28 Therefore, the Judge held that he could not reconstruct the position to what it would have been if Affert had not issued the 7 October Letter and had pursued the ICS Debt before the limitation periods had expired. The Judge found that Affert’s subjective intention and the failure of its directors to pursue the ICS Debt were relevant in determining what the status quo ante would have been. The Judge found that Affert would not have pursued the ICS Debt as Affert’s directors did not intend to do so and this was likely because of the ICS Counterclaim (Judgment at [90]–[92]). Thus, the Payment Order should not be made against ICS.
29 The Judge found that it was not appropriate to make the Payment Order against Indorama as Indorama was not a “direct counterparty” to the Waiver (Judgment at [102]). Indorama was not in possession of the money that was the subject of the Waiver and Affert had not shown that Indorama had received a direct and tangible benefit from Affert (Judgment at [101]–[104]). Finally, turning to the question of “fairness”, the Judge concluded that it would be unfair for the Payment Order to be made. If Affert could retract the confirmation in the 7 October Letter and obtain payment of the amount it had represented was no longer due, that would rewrite the commercial bargain that Indorama had struck with Senfer and Archean Industries under the Acquisition Agreement (Judgment at [105]–[112]). Accordingly, the Judge declined to make the Payment Order and the other remedies that were sought against ICS and Indorama.
The parties’ cases on appeal
Affert’s arguments
30 Affert challenged the Judge’s decision not to make an order to restore Affert to the position it would have been in if the Waiver had not been issued, given his finding that the 7 October Letter was a transaction at an undervalue.
31 As explained earlier, Affert submitted that the Judge erred in stating that its position was that the Waiver occurred on 3 October 2014. The Waiver occurred on 1 October 2014, as evidenced by the 1 October Email. In relation to the value Affert had given for the purpose of the value comparison exercise, Affert submitted that it had waived US$16,045,264.60 of debt rather than US$8,449,007.60. As regards the debt under the Transfert Invoice, Affert contended that as the respondents did not rely on the Settlement Agreement before the Judge, and the Deed of Termination post-dated the Waiver, the deduction was unwarranted. Affert highlighted the Judge’s holding that Affert’s subjective intention not to pursue the ICS Debt was not relevant in determining whether there was a transaction at an undervalue. It argued that, when determining the status quo ante, it would be speculative to rely on the respondents’ claim that Affert might have shied away from pursuing the ICS Debt due to concerns over the ICS Counterclaim.

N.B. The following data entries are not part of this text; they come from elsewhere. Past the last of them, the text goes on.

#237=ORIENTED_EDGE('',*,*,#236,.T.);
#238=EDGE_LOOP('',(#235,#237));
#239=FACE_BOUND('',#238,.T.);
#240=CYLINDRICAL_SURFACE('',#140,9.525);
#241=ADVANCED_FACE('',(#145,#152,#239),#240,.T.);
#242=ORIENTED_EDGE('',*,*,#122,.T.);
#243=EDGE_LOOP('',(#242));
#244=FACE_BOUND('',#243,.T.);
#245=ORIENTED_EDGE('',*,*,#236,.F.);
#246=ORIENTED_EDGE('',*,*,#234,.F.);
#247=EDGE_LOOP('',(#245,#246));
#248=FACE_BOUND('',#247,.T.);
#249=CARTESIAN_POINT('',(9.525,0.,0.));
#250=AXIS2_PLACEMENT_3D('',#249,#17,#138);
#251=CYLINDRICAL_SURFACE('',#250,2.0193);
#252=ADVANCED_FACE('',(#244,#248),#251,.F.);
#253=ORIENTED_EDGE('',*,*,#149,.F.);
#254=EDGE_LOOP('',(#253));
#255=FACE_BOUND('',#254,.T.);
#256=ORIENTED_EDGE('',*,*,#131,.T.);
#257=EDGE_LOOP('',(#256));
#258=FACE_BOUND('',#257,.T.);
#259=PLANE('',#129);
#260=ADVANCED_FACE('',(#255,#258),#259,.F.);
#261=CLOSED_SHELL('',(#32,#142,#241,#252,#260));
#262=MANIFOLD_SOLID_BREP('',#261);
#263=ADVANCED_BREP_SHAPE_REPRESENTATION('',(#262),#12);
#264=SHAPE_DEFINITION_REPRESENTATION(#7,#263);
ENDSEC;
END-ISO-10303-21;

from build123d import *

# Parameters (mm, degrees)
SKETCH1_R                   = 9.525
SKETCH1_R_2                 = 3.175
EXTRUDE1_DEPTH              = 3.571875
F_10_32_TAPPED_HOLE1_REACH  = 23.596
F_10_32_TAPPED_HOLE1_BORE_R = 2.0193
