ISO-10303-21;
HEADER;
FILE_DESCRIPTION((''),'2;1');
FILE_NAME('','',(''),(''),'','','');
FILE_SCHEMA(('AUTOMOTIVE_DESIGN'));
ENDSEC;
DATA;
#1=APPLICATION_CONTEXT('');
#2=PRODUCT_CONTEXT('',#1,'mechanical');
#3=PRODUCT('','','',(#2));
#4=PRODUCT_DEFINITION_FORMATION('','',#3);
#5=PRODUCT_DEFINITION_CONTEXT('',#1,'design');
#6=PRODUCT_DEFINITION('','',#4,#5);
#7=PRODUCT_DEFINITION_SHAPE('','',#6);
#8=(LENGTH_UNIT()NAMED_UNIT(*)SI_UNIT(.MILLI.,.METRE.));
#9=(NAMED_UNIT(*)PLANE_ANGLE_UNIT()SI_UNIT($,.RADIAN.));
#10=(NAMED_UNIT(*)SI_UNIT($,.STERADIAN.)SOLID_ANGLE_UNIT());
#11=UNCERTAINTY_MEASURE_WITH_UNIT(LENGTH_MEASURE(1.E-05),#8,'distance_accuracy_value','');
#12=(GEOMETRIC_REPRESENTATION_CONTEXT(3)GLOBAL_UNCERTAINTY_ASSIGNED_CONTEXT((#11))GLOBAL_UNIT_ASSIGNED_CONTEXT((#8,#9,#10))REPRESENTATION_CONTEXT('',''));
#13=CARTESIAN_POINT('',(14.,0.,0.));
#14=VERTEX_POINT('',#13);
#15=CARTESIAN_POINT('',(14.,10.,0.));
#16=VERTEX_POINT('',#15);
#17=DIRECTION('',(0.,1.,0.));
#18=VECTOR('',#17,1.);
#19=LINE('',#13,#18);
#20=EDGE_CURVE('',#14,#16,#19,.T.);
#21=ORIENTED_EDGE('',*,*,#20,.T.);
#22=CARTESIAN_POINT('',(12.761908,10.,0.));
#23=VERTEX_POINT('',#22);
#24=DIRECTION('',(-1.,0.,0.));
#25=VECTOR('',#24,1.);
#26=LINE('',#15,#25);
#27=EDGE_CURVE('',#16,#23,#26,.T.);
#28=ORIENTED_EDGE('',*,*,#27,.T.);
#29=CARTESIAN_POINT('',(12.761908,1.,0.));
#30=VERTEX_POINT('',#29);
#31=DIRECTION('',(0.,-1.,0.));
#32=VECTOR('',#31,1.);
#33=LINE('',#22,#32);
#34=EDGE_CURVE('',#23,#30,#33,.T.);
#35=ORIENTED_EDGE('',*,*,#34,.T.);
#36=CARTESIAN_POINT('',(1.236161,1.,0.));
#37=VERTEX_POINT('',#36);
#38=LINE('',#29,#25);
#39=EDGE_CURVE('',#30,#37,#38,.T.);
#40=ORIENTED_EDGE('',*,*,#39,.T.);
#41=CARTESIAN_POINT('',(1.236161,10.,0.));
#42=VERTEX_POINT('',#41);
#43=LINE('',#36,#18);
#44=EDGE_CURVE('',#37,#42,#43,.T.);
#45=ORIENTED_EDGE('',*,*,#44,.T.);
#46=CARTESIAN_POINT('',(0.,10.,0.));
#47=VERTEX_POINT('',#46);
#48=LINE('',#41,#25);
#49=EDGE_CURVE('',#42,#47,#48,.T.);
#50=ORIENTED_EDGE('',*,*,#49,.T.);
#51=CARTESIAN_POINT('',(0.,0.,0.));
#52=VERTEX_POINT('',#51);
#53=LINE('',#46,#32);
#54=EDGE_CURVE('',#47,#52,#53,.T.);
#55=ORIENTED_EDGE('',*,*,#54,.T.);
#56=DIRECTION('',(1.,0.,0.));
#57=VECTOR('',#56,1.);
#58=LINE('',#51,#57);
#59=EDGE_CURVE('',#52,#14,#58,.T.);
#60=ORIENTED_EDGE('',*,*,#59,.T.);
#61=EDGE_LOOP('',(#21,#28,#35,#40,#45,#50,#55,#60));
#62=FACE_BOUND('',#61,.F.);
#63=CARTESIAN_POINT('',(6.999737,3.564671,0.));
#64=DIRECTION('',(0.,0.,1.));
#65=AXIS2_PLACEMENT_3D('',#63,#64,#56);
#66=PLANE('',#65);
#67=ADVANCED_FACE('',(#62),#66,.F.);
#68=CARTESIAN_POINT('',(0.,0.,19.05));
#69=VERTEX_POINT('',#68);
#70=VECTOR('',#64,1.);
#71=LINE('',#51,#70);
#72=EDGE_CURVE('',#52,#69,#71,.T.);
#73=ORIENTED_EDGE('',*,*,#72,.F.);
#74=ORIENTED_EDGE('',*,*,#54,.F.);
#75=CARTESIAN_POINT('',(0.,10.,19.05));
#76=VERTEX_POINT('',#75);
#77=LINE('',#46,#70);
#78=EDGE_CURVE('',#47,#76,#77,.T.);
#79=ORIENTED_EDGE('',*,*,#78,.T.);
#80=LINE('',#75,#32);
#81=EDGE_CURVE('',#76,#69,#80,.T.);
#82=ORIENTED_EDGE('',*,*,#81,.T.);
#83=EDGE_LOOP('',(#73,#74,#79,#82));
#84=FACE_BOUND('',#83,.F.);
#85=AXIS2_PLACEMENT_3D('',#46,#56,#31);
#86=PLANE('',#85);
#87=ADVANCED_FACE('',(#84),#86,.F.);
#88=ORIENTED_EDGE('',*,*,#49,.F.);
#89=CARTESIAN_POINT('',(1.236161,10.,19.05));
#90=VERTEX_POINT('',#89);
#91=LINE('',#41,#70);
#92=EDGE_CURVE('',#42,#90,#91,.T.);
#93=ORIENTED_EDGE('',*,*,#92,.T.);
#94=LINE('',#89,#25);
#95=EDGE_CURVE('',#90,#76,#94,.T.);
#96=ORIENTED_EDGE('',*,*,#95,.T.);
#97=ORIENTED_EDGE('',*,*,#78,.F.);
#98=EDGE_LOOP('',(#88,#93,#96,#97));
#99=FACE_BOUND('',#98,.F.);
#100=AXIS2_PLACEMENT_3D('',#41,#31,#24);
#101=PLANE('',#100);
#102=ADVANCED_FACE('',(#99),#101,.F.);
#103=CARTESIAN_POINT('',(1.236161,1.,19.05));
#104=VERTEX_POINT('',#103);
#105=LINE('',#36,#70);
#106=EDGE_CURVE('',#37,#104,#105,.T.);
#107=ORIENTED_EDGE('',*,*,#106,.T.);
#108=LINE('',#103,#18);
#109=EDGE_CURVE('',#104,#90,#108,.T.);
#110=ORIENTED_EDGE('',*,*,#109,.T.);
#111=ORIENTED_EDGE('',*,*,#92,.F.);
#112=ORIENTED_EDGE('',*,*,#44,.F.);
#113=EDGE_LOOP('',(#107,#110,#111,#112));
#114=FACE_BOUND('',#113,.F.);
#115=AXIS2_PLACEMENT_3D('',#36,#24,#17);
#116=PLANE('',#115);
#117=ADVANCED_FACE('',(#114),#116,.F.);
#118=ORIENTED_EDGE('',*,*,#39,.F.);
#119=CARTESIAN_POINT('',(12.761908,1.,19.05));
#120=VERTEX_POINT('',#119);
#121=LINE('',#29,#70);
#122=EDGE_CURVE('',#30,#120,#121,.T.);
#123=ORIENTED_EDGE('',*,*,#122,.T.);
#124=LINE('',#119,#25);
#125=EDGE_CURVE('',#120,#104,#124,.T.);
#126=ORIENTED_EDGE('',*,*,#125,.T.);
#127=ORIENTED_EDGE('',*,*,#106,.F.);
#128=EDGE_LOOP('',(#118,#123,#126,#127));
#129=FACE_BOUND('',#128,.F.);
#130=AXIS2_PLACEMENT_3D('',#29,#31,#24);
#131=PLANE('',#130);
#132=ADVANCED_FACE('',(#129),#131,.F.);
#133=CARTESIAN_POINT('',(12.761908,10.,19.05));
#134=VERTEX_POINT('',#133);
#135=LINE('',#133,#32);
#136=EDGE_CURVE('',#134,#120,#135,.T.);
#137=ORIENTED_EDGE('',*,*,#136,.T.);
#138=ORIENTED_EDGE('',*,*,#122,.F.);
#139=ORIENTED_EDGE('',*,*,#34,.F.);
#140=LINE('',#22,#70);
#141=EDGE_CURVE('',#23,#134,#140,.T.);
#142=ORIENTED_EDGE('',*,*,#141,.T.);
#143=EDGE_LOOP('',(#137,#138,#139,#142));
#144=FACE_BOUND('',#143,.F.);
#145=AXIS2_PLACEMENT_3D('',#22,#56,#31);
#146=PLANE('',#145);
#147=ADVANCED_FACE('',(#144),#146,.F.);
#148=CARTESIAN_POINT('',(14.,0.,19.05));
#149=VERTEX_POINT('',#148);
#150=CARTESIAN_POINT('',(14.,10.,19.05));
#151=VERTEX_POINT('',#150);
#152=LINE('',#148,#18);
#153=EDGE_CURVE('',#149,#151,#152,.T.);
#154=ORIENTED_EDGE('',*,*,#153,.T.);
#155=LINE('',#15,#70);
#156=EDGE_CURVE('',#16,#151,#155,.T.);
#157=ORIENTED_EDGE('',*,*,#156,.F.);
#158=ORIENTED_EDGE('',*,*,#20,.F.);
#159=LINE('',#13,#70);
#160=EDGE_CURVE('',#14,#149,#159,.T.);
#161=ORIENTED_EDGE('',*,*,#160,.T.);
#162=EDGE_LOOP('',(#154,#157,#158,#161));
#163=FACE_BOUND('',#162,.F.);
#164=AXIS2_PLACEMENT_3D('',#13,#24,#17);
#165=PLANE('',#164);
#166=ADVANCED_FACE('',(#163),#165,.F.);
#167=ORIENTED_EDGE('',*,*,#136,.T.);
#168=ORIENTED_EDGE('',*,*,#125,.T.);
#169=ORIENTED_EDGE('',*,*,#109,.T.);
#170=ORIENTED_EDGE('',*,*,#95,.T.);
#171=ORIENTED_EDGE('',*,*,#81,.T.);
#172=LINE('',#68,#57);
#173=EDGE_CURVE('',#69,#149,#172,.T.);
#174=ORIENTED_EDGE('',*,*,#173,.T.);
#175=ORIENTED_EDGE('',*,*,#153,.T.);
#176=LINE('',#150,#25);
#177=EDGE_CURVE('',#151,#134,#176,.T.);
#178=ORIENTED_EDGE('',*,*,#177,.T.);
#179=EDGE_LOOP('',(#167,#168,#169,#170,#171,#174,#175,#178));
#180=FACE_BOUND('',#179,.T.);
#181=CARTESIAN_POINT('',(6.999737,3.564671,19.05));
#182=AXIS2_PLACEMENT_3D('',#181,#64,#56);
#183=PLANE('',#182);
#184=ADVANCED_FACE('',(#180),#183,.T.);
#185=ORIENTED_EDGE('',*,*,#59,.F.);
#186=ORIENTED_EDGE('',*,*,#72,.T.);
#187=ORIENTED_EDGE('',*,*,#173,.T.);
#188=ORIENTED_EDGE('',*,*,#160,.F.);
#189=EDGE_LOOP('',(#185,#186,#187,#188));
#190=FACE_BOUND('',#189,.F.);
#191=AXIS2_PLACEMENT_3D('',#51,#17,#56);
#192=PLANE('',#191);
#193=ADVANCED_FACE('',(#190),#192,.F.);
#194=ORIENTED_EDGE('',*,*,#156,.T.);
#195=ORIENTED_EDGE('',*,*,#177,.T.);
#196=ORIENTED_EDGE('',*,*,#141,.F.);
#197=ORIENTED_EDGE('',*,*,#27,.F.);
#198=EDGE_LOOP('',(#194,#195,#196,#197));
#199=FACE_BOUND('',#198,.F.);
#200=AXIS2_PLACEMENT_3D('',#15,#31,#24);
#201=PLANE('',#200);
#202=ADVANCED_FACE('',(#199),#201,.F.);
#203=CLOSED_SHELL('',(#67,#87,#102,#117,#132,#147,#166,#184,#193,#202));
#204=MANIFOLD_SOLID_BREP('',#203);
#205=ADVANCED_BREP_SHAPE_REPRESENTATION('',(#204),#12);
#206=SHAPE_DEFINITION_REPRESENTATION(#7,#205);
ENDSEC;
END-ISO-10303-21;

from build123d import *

# Parameters (mm, degrees)
PAD_DEPTH = 19.05


with BuildPart() as part:
    # Sketch → Pad (new body)
    with BuildSketch(Plane.XY):
        Polygon((0, 0), (14, 0), (14, 10), (12.761908, 10), (12.761908, 1), (1.236161, 1), (1.236161, 10), (0, 10), align=None)
    extrude(amount=PAD_DEPTH)


solid = part.part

32 Turning to the value that Affert had received, Affert submitted that it received no practical benefits from the payments to MTG and Senfer Jersey. It argued that in view of the Mareva Injunction, the Archean Group would have no intention of channelling any funds to Affert. We expand on and explain this argument below at [92]–[93].
33 On the Payment Order, Affert submitted that the Judge erred in relying on the subjective intention of Affert’s directors in concluding that Affert would not have pursued the ICS Debt. Affert distinguished Re MDA on the facts and argued, based on the decision of the English Court of Appeal in BTI 2014 LLC v Sequana SA and others [2019] 1 BCLC 347 (“Sequana (CA)”), that the appropriate remedy would be to reconstitute the ICS Debt, as the Waiver deprived Affert’s creditors of realising its receivables in its liquidation.

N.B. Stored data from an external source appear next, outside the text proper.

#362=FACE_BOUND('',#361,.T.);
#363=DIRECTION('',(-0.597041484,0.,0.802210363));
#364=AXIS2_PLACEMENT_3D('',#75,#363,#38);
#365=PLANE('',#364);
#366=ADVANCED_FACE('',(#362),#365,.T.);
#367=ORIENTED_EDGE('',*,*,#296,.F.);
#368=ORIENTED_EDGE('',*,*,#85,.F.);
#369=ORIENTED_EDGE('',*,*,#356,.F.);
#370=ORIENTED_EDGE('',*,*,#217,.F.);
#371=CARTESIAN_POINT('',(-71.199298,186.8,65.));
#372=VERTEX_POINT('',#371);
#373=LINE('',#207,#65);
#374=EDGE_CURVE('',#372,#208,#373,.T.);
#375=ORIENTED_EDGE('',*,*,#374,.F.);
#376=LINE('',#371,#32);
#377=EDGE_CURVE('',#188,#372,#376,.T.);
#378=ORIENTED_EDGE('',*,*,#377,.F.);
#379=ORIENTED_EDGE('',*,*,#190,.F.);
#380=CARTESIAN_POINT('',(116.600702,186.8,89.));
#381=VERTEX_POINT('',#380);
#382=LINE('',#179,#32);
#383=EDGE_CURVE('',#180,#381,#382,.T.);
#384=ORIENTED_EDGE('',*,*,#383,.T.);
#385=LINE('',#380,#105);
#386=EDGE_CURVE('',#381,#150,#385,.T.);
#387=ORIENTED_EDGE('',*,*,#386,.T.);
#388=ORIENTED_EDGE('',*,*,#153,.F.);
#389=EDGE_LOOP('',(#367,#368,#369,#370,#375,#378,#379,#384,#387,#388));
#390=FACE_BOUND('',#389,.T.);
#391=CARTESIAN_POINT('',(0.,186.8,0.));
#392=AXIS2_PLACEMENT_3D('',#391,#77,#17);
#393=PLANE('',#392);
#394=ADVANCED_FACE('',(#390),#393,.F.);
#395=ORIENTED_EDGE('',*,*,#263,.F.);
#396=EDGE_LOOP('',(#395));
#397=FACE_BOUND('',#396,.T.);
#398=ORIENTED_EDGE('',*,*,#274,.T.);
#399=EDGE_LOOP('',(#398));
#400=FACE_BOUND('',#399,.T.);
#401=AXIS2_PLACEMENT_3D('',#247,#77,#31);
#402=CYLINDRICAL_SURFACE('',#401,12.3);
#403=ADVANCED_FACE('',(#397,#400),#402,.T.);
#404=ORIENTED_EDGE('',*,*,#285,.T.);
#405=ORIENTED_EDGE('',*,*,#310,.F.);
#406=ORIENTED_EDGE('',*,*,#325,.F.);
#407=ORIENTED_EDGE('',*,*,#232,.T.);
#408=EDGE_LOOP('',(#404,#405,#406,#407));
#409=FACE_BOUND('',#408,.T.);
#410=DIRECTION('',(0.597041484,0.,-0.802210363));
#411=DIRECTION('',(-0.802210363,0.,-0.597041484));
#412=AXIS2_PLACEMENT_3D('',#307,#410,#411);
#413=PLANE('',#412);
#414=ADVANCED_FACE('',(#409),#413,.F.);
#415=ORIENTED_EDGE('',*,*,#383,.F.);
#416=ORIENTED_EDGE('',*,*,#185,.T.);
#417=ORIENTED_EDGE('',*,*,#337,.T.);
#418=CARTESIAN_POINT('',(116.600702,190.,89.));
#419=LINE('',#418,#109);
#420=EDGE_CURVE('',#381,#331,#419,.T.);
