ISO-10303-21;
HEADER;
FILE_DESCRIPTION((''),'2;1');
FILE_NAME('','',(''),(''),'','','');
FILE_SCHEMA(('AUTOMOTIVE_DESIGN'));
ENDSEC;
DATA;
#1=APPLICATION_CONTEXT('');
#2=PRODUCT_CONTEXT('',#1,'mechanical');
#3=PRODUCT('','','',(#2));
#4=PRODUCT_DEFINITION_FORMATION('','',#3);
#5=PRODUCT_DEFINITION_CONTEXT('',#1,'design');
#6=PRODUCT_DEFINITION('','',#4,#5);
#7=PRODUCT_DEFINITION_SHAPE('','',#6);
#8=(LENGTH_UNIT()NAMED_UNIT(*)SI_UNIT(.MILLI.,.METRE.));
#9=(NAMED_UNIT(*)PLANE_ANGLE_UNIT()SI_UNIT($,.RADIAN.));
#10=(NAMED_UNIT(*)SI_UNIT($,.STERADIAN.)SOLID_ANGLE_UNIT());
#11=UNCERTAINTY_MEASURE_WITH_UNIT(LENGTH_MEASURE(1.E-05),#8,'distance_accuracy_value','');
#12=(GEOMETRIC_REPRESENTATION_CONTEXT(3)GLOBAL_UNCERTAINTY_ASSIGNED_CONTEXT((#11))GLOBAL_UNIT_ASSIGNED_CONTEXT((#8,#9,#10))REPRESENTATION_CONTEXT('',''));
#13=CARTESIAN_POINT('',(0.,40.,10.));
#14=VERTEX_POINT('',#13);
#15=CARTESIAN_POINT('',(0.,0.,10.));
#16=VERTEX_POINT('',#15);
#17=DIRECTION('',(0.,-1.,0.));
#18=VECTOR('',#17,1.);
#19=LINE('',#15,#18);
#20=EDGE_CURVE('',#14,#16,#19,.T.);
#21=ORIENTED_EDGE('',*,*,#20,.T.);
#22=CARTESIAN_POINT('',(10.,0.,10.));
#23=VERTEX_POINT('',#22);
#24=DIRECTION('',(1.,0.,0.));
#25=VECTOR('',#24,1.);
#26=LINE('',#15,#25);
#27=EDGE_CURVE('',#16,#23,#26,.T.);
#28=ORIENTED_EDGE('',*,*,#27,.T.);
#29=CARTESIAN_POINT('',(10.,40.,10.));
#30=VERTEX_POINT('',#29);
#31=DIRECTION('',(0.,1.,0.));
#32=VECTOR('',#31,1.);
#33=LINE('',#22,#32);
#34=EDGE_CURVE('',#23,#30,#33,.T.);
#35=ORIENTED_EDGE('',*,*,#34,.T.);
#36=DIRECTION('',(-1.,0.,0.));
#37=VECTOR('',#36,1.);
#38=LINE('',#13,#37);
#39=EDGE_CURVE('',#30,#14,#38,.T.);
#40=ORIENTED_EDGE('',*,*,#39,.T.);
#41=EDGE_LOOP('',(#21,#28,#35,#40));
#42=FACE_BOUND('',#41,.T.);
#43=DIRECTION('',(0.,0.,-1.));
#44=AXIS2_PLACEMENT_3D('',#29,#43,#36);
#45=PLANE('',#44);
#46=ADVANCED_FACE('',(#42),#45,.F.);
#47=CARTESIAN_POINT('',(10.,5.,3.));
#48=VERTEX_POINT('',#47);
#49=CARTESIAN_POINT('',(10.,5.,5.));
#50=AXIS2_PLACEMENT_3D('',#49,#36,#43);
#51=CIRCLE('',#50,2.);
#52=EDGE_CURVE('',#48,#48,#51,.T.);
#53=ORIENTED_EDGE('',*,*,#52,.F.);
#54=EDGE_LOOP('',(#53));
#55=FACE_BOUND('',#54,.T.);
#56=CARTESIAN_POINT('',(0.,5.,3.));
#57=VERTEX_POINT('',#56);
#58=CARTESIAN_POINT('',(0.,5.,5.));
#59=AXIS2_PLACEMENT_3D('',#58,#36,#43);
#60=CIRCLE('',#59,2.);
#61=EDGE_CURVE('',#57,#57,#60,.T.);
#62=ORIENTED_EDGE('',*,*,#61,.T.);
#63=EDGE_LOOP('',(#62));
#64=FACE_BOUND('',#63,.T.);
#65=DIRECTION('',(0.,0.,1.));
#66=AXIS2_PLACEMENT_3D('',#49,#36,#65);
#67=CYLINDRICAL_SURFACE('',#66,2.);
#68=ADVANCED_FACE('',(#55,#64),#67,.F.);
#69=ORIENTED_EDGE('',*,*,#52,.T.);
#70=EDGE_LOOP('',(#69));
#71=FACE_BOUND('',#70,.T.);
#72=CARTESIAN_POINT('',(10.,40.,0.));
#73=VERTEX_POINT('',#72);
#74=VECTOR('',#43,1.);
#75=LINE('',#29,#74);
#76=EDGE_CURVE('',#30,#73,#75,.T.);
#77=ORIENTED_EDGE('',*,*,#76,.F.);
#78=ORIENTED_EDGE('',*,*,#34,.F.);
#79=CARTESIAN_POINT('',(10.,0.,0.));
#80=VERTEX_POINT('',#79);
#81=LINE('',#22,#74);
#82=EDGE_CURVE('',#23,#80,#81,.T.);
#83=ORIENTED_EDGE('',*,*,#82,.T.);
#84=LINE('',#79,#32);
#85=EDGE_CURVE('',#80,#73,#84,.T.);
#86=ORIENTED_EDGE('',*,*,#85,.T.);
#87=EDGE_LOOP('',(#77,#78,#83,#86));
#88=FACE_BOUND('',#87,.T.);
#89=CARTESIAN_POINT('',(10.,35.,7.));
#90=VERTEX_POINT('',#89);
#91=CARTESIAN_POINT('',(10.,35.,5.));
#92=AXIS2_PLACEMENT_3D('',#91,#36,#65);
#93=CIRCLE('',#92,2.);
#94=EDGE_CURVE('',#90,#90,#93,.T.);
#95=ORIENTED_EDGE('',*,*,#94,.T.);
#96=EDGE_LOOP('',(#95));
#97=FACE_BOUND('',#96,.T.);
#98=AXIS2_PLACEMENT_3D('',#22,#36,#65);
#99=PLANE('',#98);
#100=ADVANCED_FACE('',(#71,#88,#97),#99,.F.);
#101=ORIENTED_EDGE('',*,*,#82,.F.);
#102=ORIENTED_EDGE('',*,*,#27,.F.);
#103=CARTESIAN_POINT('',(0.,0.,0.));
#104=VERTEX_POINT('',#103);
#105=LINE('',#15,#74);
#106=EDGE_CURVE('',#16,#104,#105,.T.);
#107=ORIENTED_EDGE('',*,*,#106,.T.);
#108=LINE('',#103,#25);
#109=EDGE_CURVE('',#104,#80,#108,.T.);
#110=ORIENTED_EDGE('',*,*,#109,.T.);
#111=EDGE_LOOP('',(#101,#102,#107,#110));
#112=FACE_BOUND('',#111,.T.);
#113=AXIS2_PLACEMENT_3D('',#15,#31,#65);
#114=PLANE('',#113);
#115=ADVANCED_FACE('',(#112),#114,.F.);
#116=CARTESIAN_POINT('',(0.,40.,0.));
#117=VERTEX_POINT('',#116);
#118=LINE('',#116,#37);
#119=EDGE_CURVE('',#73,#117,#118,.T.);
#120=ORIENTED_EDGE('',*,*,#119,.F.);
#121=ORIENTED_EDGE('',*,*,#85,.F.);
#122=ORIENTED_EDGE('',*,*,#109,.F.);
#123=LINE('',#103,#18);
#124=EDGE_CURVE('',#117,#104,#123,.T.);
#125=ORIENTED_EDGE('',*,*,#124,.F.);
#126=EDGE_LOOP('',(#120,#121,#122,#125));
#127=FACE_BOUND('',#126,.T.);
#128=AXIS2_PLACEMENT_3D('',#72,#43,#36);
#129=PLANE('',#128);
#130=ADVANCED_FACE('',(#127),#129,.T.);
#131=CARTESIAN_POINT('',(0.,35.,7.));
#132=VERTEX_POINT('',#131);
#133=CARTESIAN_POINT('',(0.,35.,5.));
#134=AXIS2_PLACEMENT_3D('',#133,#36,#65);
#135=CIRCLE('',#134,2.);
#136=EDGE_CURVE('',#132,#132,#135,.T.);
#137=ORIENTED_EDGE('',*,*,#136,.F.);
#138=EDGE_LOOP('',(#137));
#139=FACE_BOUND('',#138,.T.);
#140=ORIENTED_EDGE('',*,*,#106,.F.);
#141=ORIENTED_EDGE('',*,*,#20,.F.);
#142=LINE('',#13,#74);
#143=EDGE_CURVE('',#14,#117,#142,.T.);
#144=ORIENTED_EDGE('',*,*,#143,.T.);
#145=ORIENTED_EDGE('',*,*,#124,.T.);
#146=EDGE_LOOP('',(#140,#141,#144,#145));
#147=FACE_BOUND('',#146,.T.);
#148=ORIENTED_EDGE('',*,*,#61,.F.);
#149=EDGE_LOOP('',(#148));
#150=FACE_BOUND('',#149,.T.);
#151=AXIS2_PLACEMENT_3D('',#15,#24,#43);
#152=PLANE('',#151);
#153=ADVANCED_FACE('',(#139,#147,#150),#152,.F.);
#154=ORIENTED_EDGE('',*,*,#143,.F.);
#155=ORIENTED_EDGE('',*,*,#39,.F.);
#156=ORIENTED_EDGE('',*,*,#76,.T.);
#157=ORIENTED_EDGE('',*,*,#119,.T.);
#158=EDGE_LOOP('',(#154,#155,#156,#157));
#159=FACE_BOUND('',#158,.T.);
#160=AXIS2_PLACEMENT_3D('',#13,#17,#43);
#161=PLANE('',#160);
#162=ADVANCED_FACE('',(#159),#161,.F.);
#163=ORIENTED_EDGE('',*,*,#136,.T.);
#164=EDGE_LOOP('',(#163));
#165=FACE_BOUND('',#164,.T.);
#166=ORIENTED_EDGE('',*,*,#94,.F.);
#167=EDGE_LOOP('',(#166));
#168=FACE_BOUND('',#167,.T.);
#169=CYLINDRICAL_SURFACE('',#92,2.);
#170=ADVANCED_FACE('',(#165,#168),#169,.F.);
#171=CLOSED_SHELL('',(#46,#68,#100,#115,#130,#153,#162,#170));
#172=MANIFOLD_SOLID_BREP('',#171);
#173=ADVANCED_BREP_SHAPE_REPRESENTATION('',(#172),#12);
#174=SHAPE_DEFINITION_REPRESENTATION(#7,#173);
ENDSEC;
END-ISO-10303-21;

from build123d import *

# Parameters (mm, degrees)
SKETCH1_W           = 10
SKETCH1_H           = 40
BOSS_EXTRUDE1_DEPTH = 10
SKETCH3_R           = 2
CUT_EXTRUDE2_DEPTH  = 43.426406871


with BuildPart() as part:
    # Sketch1 → Boss-Extrude1 (new body)
    with BuildSketch(Plane.XY):
        with Locations((5, 20)):
            Rectangle(SKETCH1_W, SKETCH1_H)
    extrude(amount=BOSS_EXTRUDE1_DEPTH)

    # Sketch3 → Cut-Extrude2 (cut, through all)
    with BuildSketch(Plane.ZY):
        with Locations((5, 35)):
            Circle(SKETCH3_R)
        with Locations(Location((5, 5, 0), (0, 0, 180))):
            Circle(SKETCH3_R)
    extrude(amount=-CUT_EXTRUDE2_DEPTH, mode=Mode.SUBTRACT)


solid = part.part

34 Affert further submitted that the Payment Order should be made against both ICS and Indorama. It contended that Indorama was party to the Waiver for two reasons: first, because of the involvement of Mr Munish Jindal; second, due to the direct benefit Indorama received as a result of ICS being enriched by the Waiver.
The respondents’ arguments
35 The respondents submitted that the 7 October Letter was merely a confirmation by Affert that it would not pursue the ICS Debt, and thus there was no “transaction” for the purpose of s 98 of the Bankruptcy Act.
36 The respondents submitted that Affert did not give up any value in issuing the 7 October Letter. The respondents argued that Affert was never going to pursue a claim for the ICS Debt and only did so when it was in liquidation, by which time, the debt was completely time-barred. There were three reasons why Affert did not pursue the ICS Debt: (a) Affert did not want to trigger the ICS Counterclaim; (b) Affert lacked the financial means to sue ICS; and (c) Affert knew that it was futile to bring the claim because of the poor financial state of ICS. On the value Affert had received, the respondents submitted that Affert received practical benefits from the injection of funds in the Archean Group and from its trading counterparties being kept in funds. Broadly, the respondents contended that when the transaction was looked at holistically, there was no transaction at an undervalue because the Archean Group as a whole was getting a fair benefit, pursuant to the Acquisition Agreement.
37 The respondents submitted that the Payment Order should not be made as it was not restorative. This was because the court could not reconstruct the position to what it would have been if Affert had actively pursued the ICS Debt in circumstances where the Waiver was not issued. The respondents distinguished Sequana (CA) on the facts, highlighting their submission that the Waiver did not transfer any value to ICS or Indorama. The respondents also submitted that it would be unfair to make the Payment Order as it would rewrite the commercial bargain that Indorama had struck with Senfer and Archean Industries under the Acquisition Agreement.
Issues to be determined
38 Two issues arose for determination:
(a) first, what was the “transaction” for the purpose of s 98 of the Bankruptcy Act; and
(b) second, whether that transaction was at an undervalue.
The second issue was dispositive of the present appeal.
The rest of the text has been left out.